WHAT TO WORK ON. Use the entries below to count the lines that hold the word "VECTOR"; answer with the number only.
━━━━━━
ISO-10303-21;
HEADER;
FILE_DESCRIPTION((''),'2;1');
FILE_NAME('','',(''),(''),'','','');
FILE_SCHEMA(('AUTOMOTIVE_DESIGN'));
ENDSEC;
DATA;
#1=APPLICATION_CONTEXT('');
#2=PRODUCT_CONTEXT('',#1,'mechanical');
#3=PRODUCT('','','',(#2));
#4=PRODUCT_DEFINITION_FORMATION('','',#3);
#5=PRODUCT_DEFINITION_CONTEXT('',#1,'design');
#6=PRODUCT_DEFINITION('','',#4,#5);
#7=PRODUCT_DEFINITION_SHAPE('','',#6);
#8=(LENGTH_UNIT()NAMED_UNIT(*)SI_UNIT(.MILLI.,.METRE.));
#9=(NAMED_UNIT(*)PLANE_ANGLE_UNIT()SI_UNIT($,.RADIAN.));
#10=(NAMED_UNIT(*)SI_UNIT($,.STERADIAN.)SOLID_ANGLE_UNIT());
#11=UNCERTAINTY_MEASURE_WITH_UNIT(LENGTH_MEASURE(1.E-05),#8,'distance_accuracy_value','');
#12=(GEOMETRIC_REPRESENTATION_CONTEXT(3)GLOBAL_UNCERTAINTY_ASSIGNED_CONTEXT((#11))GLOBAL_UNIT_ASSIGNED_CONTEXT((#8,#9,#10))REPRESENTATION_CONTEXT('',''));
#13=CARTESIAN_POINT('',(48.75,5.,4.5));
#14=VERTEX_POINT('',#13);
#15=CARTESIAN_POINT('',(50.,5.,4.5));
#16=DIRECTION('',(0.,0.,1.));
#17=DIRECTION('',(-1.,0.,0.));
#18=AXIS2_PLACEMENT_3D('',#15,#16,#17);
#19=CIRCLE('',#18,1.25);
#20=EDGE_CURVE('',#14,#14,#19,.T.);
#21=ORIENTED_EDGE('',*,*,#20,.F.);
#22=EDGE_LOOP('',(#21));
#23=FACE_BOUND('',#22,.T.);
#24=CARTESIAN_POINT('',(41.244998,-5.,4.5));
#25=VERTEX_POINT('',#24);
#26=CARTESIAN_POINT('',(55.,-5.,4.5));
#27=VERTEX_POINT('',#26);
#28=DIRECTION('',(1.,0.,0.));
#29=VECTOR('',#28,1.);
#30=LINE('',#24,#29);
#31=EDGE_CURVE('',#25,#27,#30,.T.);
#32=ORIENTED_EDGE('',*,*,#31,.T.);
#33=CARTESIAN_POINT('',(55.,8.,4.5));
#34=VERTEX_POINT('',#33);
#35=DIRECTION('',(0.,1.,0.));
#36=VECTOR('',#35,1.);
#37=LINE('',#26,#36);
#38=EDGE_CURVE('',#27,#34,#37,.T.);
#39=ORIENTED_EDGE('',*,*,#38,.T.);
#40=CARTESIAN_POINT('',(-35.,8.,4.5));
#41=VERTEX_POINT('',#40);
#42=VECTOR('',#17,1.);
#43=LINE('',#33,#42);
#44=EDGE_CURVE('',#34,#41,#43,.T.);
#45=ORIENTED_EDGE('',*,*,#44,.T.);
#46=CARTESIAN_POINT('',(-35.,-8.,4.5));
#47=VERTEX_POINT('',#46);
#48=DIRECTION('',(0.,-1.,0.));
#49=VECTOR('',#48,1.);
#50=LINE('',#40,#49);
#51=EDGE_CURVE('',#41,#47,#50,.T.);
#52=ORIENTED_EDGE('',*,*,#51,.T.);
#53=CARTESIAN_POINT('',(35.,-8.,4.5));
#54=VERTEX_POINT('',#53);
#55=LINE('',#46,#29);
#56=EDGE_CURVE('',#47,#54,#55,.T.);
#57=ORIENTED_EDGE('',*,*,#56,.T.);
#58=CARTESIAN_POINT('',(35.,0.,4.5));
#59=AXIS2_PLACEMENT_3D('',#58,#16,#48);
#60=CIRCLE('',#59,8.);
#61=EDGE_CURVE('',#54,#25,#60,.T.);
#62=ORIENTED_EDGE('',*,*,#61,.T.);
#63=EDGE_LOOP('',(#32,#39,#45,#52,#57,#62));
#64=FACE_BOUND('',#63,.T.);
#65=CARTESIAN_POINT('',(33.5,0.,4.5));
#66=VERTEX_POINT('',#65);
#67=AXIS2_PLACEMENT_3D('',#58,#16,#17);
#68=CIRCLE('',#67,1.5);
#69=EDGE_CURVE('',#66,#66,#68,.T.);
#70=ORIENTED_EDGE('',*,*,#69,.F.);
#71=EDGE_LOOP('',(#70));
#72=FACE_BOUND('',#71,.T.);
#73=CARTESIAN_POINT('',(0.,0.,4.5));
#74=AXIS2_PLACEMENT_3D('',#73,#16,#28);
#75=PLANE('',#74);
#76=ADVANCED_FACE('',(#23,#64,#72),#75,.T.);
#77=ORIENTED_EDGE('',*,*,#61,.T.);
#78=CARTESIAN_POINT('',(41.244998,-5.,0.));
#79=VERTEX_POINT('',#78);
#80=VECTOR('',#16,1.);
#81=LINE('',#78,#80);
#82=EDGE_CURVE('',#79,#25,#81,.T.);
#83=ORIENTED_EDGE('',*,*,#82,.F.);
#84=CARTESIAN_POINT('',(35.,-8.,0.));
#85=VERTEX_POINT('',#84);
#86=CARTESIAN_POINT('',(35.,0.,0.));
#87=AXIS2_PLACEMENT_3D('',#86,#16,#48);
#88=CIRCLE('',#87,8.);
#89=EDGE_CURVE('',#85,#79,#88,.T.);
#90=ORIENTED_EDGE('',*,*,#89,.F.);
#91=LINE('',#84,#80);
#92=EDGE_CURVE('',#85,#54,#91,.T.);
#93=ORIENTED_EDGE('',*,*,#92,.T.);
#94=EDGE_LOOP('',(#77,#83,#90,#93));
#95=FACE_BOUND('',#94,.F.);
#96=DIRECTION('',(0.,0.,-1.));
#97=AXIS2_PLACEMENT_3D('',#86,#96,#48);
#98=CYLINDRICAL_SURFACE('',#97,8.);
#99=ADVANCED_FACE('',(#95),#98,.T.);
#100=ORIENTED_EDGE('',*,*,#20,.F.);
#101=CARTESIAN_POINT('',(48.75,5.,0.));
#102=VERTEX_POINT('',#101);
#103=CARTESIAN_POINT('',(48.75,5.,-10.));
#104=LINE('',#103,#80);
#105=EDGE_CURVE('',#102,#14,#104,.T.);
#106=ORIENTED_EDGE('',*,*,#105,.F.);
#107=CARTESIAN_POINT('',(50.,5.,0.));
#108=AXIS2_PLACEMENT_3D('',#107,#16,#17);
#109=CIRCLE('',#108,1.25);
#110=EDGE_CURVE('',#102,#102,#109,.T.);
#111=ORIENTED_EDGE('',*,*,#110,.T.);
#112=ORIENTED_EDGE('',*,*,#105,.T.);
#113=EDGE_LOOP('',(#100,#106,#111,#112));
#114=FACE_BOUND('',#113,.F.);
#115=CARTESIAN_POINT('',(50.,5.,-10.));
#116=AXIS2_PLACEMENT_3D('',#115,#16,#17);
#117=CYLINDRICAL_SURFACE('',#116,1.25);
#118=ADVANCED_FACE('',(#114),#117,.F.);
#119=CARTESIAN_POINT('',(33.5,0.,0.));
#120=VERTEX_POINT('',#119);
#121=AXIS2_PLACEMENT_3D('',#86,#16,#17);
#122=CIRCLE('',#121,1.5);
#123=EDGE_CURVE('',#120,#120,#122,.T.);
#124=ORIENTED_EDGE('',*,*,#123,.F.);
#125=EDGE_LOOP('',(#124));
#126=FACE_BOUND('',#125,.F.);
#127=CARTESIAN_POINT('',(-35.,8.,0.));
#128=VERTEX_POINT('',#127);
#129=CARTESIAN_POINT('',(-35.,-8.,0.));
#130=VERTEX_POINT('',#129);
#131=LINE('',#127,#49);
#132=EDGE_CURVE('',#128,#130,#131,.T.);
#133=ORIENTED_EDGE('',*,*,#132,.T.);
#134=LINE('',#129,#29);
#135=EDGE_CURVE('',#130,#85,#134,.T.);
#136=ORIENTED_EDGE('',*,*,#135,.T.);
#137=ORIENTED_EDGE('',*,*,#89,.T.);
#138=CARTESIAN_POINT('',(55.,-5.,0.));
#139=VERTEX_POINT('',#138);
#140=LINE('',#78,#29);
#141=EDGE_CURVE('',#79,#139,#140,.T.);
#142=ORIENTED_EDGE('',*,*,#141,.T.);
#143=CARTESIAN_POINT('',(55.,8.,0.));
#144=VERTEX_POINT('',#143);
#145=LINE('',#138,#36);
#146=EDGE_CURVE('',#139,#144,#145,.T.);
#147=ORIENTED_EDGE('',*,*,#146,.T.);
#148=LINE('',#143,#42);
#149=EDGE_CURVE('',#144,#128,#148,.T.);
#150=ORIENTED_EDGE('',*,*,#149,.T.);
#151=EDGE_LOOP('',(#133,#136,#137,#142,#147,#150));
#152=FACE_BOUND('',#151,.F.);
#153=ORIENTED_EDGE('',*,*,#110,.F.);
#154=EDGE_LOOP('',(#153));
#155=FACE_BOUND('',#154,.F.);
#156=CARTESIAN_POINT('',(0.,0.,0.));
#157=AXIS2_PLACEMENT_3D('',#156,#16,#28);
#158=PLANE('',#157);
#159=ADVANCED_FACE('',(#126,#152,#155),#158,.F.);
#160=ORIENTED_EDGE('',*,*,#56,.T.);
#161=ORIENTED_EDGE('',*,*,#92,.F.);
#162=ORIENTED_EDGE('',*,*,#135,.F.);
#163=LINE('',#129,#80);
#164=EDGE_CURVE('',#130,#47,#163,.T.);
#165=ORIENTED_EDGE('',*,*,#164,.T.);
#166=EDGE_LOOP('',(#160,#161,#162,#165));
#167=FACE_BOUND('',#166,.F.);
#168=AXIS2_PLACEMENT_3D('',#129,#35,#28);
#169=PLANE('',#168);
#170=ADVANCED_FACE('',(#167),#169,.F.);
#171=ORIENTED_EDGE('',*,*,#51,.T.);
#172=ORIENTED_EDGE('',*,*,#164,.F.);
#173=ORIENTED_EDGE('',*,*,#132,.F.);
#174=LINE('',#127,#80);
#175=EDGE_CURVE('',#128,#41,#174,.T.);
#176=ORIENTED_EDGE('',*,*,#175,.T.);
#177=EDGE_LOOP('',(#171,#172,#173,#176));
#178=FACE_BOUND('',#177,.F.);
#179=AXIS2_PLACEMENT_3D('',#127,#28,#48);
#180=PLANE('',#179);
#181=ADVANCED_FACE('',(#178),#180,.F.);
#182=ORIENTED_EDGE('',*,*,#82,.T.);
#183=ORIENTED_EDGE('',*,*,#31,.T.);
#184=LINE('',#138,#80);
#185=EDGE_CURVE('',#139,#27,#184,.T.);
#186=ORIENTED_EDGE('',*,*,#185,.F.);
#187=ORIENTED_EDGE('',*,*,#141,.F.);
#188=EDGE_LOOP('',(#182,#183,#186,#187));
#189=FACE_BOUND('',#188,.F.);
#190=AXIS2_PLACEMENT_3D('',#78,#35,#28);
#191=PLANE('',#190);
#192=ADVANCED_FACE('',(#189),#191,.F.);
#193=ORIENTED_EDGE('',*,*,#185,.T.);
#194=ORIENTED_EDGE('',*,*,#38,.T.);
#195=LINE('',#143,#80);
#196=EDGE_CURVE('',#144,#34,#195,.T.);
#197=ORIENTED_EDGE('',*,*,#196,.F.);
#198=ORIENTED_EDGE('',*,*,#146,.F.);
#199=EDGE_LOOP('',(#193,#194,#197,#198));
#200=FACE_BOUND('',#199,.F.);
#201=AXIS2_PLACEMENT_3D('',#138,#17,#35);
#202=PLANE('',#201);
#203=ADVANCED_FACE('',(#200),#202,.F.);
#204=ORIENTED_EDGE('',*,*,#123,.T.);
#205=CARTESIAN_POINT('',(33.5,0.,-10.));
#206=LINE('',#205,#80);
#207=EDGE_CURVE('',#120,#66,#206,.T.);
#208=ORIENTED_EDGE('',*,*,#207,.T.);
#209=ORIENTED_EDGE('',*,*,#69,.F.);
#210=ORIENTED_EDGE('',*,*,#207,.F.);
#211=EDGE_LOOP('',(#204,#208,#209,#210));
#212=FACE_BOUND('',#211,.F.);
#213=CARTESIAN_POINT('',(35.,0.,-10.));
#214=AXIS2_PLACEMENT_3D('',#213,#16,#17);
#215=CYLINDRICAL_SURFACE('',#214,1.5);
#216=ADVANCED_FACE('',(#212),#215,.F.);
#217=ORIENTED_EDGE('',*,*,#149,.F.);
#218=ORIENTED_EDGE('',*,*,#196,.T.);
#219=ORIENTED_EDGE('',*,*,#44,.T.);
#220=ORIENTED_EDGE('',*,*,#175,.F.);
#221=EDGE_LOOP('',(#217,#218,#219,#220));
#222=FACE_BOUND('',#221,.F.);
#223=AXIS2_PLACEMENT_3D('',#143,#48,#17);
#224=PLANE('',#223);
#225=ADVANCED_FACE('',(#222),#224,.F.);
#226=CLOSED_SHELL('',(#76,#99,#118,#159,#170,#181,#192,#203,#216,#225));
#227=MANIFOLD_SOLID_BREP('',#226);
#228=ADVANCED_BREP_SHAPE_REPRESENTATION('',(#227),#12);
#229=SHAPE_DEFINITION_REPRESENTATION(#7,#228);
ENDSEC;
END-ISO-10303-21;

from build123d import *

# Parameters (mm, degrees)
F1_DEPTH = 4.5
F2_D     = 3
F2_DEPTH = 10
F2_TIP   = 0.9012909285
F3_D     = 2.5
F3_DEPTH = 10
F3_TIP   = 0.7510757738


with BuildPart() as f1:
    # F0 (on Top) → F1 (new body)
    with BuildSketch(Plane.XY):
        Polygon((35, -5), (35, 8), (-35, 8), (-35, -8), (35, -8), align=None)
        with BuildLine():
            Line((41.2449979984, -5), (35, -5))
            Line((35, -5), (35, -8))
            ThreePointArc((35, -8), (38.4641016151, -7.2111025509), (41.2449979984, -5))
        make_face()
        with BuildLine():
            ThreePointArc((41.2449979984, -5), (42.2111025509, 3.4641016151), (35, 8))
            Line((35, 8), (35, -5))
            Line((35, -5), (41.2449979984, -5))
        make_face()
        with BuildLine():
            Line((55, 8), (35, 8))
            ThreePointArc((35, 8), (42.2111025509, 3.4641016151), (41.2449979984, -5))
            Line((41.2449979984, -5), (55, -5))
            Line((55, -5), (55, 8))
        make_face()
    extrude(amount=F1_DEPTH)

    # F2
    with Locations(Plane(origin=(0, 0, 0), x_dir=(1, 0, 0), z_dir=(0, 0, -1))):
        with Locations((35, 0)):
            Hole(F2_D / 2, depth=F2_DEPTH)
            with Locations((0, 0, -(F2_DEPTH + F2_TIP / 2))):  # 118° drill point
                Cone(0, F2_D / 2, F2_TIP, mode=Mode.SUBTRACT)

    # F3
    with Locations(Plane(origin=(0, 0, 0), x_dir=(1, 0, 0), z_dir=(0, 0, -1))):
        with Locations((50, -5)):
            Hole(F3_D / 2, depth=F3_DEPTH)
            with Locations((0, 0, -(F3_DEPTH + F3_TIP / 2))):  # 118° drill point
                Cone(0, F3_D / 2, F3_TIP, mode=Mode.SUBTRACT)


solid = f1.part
━━━━━━
TASK RESULT. 5